- [ASSIGNED TASK]:
What is needed here is an exact repetition of the records below, beginning at the line that has "e24 v24 v23 LINE" and stopping after the line that has "e46 v40 v41 LINE".

- [RECORD EXCERPTS]:
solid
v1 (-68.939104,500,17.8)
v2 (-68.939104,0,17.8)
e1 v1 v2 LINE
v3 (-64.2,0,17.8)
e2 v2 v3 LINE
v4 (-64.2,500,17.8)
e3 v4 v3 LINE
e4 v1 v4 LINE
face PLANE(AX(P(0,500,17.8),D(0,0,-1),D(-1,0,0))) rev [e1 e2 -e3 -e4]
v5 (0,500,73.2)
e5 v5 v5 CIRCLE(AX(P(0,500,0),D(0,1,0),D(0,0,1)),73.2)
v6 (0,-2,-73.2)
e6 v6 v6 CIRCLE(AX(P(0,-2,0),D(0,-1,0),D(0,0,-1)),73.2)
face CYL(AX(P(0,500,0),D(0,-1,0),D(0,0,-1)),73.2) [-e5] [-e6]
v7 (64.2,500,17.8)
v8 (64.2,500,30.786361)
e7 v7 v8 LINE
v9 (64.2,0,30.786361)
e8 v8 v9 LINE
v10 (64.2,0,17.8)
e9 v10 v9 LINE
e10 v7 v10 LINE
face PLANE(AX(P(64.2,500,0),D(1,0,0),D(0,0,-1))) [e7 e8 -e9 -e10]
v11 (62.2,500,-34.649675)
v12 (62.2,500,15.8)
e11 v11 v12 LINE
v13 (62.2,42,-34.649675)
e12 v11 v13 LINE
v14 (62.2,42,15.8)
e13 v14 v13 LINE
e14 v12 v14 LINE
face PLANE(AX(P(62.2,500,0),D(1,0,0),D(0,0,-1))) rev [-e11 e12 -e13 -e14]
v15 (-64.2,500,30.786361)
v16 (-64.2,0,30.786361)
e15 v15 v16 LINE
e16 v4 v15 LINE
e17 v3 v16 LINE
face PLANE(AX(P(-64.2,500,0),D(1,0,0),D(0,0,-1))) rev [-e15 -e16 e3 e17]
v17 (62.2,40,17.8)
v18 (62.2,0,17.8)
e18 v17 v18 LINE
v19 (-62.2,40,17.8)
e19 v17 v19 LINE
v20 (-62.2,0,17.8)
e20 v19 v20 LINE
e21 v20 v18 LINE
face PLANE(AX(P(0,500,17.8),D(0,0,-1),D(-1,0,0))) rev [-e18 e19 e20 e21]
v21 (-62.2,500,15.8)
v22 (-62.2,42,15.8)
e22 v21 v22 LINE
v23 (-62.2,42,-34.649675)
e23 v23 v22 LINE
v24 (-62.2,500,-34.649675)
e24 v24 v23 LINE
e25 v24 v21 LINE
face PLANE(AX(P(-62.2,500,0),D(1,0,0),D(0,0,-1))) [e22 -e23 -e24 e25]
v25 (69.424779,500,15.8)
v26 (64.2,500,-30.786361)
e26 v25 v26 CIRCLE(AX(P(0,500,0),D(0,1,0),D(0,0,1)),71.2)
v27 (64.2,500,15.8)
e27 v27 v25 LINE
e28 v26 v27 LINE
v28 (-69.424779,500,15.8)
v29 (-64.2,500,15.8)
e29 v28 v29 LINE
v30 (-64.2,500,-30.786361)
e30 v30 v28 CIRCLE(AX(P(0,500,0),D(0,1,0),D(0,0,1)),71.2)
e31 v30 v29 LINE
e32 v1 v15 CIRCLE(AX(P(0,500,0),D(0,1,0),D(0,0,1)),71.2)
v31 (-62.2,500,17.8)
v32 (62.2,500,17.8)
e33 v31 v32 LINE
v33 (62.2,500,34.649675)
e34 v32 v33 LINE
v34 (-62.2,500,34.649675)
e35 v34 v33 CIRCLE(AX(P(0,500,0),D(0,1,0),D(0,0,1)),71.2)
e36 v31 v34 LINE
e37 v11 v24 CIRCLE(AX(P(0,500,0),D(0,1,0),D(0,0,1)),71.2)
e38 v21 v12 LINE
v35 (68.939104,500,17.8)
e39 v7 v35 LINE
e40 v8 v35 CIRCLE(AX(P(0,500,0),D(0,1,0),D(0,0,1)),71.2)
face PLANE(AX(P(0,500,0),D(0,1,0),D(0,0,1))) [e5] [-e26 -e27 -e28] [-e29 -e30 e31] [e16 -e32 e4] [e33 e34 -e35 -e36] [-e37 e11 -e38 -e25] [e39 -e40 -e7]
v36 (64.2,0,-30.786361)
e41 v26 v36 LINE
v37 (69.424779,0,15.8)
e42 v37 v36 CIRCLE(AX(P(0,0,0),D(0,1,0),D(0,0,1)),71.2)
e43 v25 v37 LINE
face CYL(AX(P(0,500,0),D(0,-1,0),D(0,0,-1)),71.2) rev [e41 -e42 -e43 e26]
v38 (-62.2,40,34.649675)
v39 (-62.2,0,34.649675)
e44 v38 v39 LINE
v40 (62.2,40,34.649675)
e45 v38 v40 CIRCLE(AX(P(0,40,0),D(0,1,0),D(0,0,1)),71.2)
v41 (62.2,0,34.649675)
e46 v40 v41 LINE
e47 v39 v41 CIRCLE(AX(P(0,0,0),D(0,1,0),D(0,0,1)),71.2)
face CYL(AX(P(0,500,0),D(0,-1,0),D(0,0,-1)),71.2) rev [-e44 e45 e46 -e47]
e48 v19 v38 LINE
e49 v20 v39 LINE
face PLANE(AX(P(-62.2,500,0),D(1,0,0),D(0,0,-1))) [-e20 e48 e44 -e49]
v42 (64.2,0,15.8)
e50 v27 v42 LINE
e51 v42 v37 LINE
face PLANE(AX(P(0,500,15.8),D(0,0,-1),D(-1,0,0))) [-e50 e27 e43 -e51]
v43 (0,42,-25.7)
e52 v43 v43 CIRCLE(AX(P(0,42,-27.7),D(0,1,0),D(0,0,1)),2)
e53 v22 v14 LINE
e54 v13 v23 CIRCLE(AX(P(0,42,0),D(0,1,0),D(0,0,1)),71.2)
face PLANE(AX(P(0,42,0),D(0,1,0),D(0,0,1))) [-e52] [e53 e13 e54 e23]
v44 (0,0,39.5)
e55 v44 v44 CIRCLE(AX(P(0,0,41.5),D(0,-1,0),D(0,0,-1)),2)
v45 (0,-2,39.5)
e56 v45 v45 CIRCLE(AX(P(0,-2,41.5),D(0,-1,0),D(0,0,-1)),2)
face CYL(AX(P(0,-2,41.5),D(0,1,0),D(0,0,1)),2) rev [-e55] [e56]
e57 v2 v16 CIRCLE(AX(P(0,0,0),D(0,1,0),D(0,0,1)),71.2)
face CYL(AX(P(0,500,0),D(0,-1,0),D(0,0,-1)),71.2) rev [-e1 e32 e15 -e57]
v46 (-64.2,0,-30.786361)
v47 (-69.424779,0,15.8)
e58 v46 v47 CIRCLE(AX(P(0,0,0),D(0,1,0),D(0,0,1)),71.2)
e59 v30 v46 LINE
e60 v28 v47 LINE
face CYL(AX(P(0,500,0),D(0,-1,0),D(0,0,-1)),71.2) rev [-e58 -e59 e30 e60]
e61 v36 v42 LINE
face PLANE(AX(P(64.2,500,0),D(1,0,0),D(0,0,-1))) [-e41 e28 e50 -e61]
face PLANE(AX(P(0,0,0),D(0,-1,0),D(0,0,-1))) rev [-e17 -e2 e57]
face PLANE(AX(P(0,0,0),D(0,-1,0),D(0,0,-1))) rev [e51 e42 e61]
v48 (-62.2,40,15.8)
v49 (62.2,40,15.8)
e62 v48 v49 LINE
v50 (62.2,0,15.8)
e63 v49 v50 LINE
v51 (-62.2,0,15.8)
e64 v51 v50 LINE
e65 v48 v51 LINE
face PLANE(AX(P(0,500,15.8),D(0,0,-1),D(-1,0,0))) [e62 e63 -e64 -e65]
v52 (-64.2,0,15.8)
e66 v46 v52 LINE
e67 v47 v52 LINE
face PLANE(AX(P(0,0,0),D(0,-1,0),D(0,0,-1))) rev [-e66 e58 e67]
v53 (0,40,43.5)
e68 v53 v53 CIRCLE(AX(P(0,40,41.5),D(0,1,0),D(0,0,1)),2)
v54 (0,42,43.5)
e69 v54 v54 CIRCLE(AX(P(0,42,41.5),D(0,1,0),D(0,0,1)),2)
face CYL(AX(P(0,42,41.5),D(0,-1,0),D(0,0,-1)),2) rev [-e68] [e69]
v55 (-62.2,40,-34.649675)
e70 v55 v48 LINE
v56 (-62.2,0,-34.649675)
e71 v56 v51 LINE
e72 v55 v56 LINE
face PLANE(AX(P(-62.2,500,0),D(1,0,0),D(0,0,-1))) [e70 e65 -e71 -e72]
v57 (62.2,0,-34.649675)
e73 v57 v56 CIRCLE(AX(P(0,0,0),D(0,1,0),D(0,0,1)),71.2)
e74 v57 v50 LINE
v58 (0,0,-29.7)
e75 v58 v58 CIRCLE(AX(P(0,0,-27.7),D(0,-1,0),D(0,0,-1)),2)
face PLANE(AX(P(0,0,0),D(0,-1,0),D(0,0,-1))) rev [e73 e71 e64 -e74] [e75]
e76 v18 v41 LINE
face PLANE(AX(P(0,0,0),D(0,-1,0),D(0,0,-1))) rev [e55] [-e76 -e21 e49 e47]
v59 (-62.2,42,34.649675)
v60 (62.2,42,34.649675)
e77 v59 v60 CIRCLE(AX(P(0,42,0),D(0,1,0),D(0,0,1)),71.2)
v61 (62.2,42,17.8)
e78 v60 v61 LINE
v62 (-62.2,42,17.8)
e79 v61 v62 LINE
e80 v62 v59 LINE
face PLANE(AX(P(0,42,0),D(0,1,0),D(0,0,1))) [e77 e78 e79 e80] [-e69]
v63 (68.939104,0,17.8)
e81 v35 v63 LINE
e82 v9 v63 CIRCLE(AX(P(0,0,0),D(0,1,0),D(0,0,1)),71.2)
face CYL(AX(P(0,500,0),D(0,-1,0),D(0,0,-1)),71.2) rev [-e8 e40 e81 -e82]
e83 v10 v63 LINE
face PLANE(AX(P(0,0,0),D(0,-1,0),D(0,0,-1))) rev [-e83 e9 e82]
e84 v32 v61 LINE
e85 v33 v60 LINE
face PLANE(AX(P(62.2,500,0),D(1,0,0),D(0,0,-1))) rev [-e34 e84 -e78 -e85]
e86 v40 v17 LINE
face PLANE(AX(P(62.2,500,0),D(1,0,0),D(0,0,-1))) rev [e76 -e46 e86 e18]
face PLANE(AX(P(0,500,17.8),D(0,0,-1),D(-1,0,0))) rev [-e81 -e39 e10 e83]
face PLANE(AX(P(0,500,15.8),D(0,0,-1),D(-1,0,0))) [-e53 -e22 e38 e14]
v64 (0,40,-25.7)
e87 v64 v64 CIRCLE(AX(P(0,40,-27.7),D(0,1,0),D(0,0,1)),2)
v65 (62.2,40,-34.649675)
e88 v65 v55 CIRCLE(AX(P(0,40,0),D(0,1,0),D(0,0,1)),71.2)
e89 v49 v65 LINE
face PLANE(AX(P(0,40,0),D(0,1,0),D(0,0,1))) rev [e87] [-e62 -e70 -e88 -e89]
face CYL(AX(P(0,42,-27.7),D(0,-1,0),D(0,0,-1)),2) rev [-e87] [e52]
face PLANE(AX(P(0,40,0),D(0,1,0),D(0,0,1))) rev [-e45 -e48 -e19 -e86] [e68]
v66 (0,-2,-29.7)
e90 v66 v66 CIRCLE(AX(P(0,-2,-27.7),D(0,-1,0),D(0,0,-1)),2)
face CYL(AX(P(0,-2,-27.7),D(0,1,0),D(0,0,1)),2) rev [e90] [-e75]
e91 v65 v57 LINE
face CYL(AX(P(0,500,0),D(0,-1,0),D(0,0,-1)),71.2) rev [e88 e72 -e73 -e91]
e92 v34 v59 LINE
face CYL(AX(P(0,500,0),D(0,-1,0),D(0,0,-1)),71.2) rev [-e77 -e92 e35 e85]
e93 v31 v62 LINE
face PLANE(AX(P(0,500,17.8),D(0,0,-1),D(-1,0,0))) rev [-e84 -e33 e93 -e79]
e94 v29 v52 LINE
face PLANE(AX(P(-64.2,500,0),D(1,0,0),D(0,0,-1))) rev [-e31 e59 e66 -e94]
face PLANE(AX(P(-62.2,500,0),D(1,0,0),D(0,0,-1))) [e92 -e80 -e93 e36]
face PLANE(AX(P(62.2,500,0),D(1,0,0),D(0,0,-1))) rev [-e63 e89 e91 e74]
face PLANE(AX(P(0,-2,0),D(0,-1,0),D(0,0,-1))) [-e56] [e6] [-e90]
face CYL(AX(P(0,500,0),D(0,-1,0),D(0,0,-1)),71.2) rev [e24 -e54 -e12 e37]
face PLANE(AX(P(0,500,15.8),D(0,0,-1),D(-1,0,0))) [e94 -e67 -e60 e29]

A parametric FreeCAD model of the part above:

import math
import FreeCAD as App
import Part
import Sketcher
from FreeCAD import Vector

doc = App.newDocument("Part")
body = doc.addObject("PartDesign::Body", "Body")

sketch1 = body.newObject("Sketcher::SketchObject", "Sketch")
sketch1.AttachmentSupport = (doc.getObject("XZ_Plane"), [""])
sketch1.MapMode = "FlatFace"
sketch1.addGeometry(Part.ArcOfCircle(Part.Circle(Vector(0, 0, 0), Vector(0, 0, 1), 73.2), math.radians(0), math.radians(148)), False)
sketch1.addGeometry(Part.ArcOfCircle(Part.Circle(Vector(0, 0, 0), Vector(0, 0, 1), 73.2), math.radians(151), math.radians(360)), False)
sketch1.addGeometry(Part.ArcOfCircle(Part.Circle(Vector(0, 0, 0), Vector(0, 0, 1), 73.2), math.radians(148.18), math.radians(151.29)), False)
sketch1.addGeometry(Part.LineSegment(Vector(-62.2, 34.6, 0), Vector(-62.2, 17.8, 0)), False)
sketch1.addGeometry(Part.LineSegment(Vector(-62.2, 17.8, 0), Vector(62.2, 17.8, 0)), False)
sketch1.addGeometry(Part.LineSegment(Vector(62.2, 17.8, 0), Vector(62.2, 34.6, 0)), False)
sketch1.addGeometry(Part.ArcOfCircle(Part.Circle(Vector(0, 0, 0), Vector(0, 0, 1), 71.2), math.radians(29), math.radians(151)), False)
sketch1.addGeometry(Part.LineSegment(Vector(-64.2, 17.8, 0), Vector(-64.2, 30.8, 0)), False)
sketch1.addGeometry(Part.ArcOfCircle(Part.Circle(Vector(0, 0, 0), Vector(0, 0, 1), 71.2), math.radians(154.38), math.radians(165.52)), False)
sketch1.addGeometry(Part.LineSegment(Vector(-68.9, 17.8, 0), Vector(-64.2, 17.8, 0)), False)
sketch1.addGeometry(Part.ArcOfCircle(Part.Circle(Vector(0, 0, 0), Vector(0, 0, 1), 71.2), math.radians(14.48), math.radians(25.62)), False)
sketch1.addGeometry(Part.LineSegment(Vector(64.2, 30.8, 0), Vector(64.2, 17.8, 0)), False)
sketch1.addGeometry(Part.LineSegment(Vector(64.2, 17.8, 0), Vector(68.9, 17.8, 0)), False)
sketch1.addGeometry(Part.LineSegment(Vector(-64.2, -30.8, 0), Vector(-64.2, 15.8, 0)), False)
sketch1.addGeometry(Part.LineSegment(Vector(-64.2, 15.8, 0), Vector(-69.4, 15.8, 0)), False)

- [ANSWER TO THIS PROBLEM]:
e24 v24 v23 LINE
e25 v24 v21 LINE
face PLANE(AX(P(-62.2,500,0),D(1,0,0),D(0,0,-1))) [e22 -e23 -e24 e25]
v25 (69.424779,500,15.8)
v26 (64.2,500,-30.786361)
e26 v25 v26 CIRCLE(AX(P(0,500,0),D(0,1,0),D(0,0,1)),71.2)
v27 (64.2,500,15.8)
e27 v27 v25 LINE
e28 v26 v27 LINE
v28 (-69.424779,500,15.8)
v29 (-64.2,500,15.8)
e29 v28 v29 LINE
v30 (-64.2,500,-30.786361)
e30 v30 v28 CIRCLE(AX(P(0,500,0),D(0,1,0),D(0,0,1)),71.2)
e31 v30 v29 LINE
e32 v1 v15 CIRCLE(AX(P(0,500,0),D(0,1,0),D(0,0,1)),71.2)
v31 (-62.2,500,17.8)
v32 (62.2,500,17.8)
e33 v31 v32 LINE
v33 (62.2,500,34.649675)
e34 v32 v33 LINE
v34 (-62.2,500,34.649675)
e35 v34 v33 CIRCLE(AX(P(0,500,0),D(0,1,0),D(0,0,1)),71.2)
e36 v31 v34 LINE
e37 v11 v24 CIRCLE(AX(P(0,500,0),D(0,1,0),D(0,0,1)),71.2)
e38 v21 v12 LINE
v35 (68.939104,500,17.8)
e39 v7 v35 LINE
e40 v8 v35 CIRCLE(AX(P(0,500,0),D(0,1,0),D(0,0,1)),71.2)
face PLANE(AX(P(0,500,0),D(0,1,0),D(0,0,1))) [e5] [-e26 -e27 -e28] [-e29 -e30 e31] [e16 -e32 e4] [e33 e34 -e35 -e36] [-e37 e11 -e38 -e25] [e39 -e40 -e7]
v36 (64.2,0,-30.786361)
e41 v26 v36 LINE
v37 (69.424779,0,15.8)
e42 v37 v36 CIRCLE(AX(P(0,0,0),D(0,1,0),D(0,0,1)),71.2)
e43 v25 v37 LINE
face CYL(AX(P(0,500,0),D(0,-1,0),D(0,0,-1)),71.2) rev [e41 -e42 -e43 e26]
v38 (-62.2,40,34.649675)
v39 (-62.2,0,34.649675)
e44 v38 v39 LINE
v40 (62.2,40,34.649675)
e45 v38 v40 CIRCLE(AX(P(0,40,0),D(0,1,0),D(0,0,1)),71.2)
v41 (62.2,0,34.649675)
e46 v40 v41 LINE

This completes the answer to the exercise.